Direktur Eksekutif Perkumpulan untuk Pemilu dan Demokrasi Titi Anggraini meragukan semua KPPS akan membangun TPS sesuai dengan peraturan aksesbilitas yang berlaku. Menurut dia, perlu pengawasan ketat dan sanksi tegas agar asas aksesbilitas dalam pembangunan TPS benar-benar diterapkan.
Titi menyatakan, dari pengalaman pemilu sebelumnya ditemukan kesenjangan antara pemahaman peraturan tentang aksesbilitas bagi pemilih difabel dan implementasi di lapangan. Yang sering terjadi, petugas KPPS yang didaerahnya tidak terdapat pemilih difabel enggan membangun TPS sesuai asas aksesbilitas yang berlaku.
"Selain itu, masalah terbesarnya tentu soal masih banyak keluarga yang punya stigma penyandang disabilitas tidak penting untuk ikut memilih. Padahal menurut Undang-Undang dan Peraturan KPU pemilih difabel memiliki hak yang sama dan dapat didahulukan ketika memilih," kata Titi.
Kekhawatiran
Bendahara Umum Persatuan Tunanetra Indonesia Sumut Edi Saputra mengatakan, banyak pemilih difabel bakal memilih mencoblos di TPS khusus. Salah satunya di Kantor Dewan Perwakilan Daerah Pertuni Sumut. Mereka merasa tidak nyaman mencoblos di TPS sesuai domisili tempat tinggal.
"Kalau mencoblos di TPS umum, kami takut membuat warga lain menunggu lama. Pasti butuh waktu lebih lama untuk menyelesaikan lima kertas suara dibanding warga pada umumnya," kata Edi.

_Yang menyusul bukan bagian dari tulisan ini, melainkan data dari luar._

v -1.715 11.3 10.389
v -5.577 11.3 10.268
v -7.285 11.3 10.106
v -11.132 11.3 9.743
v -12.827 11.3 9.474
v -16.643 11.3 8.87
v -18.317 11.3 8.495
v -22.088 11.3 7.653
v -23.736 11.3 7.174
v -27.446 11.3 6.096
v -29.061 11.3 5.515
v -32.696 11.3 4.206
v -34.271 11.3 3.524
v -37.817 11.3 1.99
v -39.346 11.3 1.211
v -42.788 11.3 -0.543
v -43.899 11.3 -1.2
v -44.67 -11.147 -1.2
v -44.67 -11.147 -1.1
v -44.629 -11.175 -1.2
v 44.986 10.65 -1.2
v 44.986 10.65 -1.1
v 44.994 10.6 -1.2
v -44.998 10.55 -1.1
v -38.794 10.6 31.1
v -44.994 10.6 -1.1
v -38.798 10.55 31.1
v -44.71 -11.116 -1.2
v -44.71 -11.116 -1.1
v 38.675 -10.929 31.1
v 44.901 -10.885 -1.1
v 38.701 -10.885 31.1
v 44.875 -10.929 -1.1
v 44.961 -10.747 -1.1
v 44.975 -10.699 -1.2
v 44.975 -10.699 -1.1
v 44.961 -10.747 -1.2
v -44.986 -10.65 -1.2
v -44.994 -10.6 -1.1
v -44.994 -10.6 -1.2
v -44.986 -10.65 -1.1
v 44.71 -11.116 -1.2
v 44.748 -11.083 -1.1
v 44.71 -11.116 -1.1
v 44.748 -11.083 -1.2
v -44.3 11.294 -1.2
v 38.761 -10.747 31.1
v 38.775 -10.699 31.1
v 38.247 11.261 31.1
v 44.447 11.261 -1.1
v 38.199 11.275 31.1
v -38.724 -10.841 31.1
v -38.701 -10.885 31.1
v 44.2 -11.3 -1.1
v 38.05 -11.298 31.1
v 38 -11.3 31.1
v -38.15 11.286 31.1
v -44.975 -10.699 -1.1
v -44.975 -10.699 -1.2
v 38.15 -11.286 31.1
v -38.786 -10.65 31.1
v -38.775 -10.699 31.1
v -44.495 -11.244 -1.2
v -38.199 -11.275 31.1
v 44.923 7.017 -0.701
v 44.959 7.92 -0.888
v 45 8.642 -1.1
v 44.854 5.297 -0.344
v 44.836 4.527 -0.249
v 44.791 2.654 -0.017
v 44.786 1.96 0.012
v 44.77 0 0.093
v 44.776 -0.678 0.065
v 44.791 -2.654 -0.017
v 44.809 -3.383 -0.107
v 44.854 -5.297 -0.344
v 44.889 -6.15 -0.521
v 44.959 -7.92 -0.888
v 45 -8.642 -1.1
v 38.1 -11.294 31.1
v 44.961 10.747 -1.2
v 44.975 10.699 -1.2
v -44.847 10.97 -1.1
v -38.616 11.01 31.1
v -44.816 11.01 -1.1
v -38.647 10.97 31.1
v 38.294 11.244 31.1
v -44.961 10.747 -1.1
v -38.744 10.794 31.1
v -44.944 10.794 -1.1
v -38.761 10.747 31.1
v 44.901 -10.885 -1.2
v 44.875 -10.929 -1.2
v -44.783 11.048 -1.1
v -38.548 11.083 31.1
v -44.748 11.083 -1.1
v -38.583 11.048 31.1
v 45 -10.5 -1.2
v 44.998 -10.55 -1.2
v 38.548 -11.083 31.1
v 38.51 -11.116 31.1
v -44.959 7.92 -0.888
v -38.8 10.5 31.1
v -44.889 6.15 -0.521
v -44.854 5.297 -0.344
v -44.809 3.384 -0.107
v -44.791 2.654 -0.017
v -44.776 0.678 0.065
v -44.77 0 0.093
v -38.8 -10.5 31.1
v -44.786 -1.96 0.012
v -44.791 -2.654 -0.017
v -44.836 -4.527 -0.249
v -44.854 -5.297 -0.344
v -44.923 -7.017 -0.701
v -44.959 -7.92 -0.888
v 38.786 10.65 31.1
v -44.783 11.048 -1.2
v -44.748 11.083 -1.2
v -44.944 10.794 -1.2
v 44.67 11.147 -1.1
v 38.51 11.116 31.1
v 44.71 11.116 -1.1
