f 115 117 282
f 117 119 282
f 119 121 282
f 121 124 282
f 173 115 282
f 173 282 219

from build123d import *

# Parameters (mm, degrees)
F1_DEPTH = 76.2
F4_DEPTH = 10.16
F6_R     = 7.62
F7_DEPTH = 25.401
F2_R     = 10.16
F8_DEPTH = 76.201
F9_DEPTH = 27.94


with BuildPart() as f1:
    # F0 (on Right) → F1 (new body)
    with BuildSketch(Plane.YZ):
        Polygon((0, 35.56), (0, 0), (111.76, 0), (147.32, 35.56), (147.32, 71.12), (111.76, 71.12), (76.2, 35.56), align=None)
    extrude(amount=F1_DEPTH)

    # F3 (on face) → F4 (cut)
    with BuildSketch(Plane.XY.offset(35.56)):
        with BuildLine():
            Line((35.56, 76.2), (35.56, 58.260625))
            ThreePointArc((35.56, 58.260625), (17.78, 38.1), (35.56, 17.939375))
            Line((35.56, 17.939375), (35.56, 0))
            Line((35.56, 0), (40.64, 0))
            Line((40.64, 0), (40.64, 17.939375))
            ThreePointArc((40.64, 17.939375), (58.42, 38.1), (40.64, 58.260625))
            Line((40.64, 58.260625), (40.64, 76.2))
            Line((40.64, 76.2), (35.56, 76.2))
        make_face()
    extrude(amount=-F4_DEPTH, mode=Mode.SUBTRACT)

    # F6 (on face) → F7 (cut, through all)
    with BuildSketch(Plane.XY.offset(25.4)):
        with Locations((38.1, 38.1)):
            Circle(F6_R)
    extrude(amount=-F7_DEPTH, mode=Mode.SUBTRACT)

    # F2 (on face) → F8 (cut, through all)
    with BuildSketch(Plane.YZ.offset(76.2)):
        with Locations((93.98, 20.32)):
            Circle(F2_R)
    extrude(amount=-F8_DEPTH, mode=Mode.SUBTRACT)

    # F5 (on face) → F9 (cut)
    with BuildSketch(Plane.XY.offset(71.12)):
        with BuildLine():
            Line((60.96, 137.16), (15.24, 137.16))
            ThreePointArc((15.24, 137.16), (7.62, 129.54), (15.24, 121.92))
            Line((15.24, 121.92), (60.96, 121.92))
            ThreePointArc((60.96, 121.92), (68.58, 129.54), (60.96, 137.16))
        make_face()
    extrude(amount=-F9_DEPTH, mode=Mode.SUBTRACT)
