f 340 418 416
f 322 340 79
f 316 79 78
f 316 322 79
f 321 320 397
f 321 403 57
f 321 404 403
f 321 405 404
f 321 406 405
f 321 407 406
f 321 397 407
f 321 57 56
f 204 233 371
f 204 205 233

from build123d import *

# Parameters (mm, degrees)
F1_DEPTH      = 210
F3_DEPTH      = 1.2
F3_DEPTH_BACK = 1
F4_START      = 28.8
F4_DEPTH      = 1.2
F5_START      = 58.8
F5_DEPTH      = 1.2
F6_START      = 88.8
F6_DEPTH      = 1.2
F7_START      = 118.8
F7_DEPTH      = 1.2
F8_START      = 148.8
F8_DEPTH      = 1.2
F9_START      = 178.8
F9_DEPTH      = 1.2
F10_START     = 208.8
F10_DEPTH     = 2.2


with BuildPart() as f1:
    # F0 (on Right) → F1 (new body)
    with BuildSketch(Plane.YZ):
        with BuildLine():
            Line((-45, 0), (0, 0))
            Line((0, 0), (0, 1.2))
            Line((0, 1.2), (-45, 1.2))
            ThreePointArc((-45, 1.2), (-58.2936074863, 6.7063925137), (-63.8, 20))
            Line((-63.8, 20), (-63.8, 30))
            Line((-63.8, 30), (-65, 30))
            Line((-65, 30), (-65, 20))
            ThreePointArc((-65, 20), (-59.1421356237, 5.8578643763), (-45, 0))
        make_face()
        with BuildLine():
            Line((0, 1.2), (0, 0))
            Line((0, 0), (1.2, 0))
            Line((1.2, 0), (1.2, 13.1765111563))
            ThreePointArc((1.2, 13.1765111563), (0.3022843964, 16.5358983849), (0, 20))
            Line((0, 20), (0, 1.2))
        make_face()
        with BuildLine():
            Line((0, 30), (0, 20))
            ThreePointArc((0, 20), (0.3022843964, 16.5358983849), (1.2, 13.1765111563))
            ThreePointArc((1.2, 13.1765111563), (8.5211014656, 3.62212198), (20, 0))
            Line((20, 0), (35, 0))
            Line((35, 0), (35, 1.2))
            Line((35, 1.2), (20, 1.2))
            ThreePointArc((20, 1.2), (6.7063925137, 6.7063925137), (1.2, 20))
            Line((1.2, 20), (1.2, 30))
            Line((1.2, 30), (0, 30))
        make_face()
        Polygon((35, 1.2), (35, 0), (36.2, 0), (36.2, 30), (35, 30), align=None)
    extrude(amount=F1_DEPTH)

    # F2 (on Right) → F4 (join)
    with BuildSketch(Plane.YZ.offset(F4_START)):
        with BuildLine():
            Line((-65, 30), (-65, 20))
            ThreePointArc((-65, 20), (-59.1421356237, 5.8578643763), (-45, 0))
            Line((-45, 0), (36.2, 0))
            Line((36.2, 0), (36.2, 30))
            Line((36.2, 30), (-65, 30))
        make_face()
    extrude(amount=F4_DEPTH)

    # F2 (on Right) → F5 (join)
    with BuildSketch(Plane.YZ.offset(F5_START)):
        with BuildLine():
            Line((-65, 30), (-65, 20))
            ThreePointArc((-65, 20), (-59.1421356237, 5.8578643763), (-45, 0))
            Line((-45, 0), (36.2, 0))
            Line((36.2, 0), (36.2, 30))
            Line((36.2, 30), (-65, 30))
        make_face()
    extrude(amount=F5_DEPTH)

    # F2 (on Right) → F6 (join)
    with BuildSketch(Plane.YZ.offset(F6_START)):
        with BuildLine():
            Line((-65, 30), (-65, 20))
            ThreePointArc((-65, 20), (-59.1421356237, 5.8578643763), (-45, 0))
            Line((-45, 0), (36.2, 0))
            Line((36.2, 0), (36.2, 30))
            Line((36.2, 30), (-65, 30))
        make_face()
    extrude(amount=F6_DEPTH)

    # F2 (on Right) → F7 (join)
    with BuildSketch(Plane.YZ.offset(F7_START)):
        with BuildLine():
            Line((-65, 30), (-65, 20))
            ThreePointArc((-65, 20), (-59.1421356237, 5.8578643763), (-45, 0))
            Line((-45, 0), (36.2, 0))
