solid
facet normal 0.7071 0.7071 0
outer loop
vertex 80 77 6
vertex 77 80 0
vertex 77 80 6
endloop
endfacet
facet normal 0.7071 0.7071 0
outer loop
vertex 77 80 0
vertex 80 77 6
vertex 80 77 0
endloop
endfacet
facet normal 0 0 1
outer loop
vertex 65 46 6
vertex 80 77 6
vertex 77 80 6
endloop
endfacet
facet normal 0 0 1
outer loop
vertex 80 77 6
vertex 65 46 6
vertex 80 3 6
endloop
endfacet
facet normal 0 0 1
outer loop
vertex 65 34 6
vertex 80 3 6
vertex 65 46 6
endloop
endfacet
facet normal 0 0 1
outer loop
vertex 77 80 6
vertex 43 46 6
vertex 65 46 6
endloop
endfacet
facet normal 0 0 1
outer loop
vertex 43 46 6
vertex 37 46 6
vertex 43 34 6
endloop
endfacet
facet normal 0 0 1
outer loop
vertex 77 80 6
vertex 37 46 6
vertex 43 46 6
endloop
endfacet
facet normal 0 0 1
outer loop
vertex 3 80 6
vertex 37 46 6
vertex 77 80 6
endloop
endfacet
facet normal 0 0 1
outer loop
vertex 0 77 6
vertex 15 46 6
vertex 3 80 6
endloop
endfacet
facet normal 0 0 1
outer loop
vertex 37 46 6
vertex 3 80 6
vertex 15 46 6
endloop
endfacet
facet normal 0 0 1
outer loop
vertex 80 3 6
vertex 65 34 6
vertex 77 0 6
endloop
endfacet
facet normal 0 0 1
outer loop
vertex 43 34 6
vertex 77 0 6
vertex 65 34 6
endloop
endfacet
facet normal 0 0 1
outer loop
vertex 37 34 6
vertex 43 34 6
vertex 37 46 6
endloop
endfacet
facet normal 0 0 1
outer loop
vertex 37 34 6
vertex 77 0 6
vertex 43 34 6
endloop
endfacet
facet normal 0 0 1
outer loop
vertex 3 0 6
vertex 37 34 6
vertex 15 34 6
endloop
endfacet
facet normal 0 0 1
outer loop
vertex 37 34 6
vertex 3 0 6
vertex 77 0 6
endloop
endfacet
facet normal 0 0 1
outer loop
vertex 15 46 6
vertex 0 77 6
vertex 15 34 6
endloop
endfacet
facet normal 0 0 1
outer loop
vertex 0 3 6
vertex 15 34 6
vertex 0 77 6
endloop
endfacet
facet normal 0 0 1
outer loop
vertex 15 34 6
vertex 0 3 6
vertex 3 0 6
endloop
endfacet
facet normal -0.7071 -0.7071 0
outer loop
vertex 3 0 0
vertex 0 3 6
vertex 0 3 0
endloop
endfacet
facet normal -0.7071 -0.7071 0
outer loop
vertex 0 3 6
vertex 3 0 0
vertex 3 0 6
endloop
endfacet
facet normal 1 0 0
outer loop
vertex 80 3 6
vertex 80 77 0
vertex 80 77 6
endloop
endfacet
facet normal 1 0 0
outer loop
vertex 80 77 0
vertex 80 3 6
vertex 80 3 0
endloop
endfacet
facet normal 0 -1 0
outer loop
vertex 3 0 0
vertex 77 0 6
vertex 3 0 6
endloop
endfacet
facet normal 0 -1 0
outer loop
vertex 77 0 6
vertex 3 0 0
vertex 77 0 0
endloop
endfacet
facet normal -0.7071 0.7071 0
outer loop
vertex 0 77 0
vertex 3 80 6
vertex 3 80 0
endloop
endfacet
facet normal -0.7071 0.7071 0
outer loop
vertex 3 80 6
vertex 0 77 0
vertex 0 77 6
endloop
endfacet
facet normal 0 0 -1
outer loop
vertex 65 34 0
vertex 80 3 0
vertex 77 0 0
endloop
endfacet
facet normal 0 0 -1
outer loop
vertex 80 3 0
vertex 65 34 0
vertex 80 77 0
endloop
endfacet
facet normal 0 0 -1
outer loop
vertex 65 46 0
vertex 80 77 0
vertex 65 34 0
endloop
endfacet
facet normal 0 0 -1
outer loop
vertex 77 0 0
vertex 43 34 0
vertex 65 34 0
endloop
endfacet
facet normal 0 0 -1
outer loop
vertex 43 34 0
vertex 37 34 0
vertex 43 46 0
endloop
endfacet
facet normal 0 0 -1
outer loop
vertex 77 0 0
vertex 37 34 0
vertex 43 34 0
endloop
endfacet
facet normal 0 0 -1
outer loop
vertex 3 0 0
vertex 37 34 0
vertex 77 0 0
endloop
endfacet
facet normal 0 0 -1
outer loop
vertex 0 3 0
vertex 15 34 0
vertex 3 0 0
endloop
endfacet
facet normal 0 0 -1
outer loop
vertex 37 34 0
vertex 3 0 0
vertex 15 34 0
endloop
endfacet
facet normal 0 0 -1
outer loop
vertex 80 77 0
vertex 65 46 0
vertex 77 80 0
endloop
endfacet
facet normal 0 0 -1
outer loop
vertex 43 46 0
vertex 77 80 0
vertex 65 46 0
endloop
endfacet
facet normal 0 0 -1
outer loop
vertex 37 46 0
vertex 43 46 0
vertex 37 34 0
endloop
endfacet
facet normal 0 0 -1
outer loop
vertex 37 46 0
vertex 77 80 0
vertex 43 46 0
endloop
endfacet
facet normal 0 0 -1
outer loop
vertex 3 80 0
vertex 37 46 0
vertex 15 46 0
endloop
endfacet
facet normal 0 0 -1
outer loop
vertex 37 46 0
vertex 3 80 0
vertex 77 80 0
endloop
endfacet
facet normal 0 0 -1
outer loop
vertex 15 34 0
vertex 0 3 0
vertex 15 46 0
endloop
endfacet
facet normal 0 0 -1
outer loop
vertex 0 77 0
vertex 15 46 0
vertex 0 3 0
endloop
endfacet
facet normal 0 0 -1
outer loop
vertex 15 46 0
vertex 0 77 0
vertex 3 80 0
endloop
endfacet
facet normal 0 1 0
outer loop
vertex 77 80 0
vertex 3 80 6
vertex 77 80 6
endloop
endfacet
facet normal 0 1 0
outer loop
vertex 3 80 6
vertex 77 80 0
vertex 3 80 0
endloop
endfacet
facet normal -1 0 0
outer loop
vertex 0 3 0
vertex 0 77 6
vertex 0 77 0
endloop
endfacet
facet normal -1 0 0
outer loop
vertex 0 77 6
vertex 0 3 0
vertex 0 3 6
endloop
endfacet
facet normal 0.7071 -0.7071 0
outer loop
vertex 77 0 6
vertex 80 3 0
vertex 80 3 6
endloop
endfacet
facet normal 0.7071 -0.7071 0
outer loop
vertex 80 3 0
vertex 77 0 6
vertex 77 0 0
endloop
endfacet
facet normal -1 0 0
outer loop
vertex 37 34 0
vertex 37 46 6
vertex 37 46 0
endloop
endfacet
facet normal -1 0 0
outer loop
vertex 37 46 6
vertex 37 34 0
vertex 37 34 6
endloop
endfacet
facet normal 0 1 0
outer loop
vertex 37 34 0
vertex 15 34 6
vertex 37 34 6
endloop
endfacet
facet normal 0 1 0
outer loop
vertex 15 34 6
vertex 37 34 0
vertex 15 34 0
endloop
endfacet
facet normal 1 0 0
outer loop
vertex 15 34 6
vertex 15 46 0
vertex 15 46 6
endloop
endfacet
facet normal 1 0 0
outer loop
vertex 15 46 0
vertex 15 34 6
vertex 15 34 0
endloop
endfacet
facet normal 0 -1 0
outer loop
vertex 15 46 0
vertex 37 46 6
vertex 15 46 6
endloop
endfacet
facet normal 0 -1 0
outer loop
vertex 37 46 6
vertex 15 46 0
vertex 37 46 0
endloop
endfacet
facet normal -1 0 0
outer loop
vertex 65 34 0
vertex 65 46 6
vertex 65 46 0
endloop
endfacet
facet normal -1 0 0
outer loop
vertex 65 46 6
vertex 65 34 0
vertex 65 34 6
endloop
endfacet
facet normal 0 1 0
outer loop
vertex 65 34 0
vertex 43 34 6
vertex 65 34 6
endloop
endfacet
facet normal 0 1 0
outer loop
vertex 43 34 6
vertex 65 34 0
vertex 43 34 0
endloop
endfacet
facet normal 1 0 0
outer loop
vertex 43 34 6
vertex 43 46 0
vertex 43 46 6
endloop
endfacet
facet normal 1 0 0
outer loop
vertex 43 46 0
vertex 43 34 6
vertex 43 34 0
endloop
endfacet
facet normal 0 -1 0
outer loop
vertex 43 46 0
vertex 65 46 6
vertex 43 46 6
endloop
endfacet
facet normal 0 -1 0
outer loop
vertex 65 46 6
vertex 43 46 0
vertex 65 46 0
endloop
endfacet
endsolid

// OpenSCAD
$fn = 32;

// ----------------------------------------------------------------------
// Windowed plate: 2 voids, 80 x 80 x 6 mm
// ----------------------------------------------------------------------

// --- parameters (mm) ---
plate_l = 80;             // plate length, X
plate_w = 80;             // plate width, Y
plate_t = 6;              // plate thickness, Z
edge_margin = 12;         // wall from the plate edge to any window
windows = 2;              // number of windows in the row
win_l = 22;               // window length
win_w = 12;               // window width
win_pitch = 28;           // window pitch along X
depth_1 = 6;              // depth of void 1 (full thickness = through)
depth_2 = 6;              // depth of void 2 (full thickness = through)
corner_c = 3;             // corner chamfer of the plate

profile = [[3, 0], [77, 0], [80, 3], [80, 77], [77, 80], [3, 80], [0, 77], [0, 3]];  // primary outline, 8 points, counter clockwise
void_1 = [[15, 34], [37, 34], [37, 46], [15, 46]];  // window 1 of the row, 4 points
void_2 = [[43, 34], [65, 34], [65, 46], [43, 46]];  // window 2 of the row, 4 points

// --- the one profile operation ---
difference() {
  linear_extrude(height = plate_t) polygon(points = profile);
  translate([0, 0, -1])
    linear_extrude(height = plate_t + 2) polygon(points = void_1);
  translate([0, 0, -1])
    linear_extrude(height = plate_t + 2) polygon(points = void_2);
}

Ia menambahkan, persoalan lain yang dihadapi adalah tidak semua keluarga penyandang tunanetra bisa mendampingi mereka ke bilik suara. Dengan begitu mereka akan bergantung kepada petugas KPPS untuk mendampingi mereka menentukan pilihan.
"Kalau tidak didampingi keluarga atau teman yang benar-benar dikenal kami takut (suara) dimanipulasi. Bagi yang keluarganya tidak bisa mendampingi butuh pendekatan cukup karena tidak tiba-tiba kami percaya kepada orang yang belum lama dikenal," kata Edi.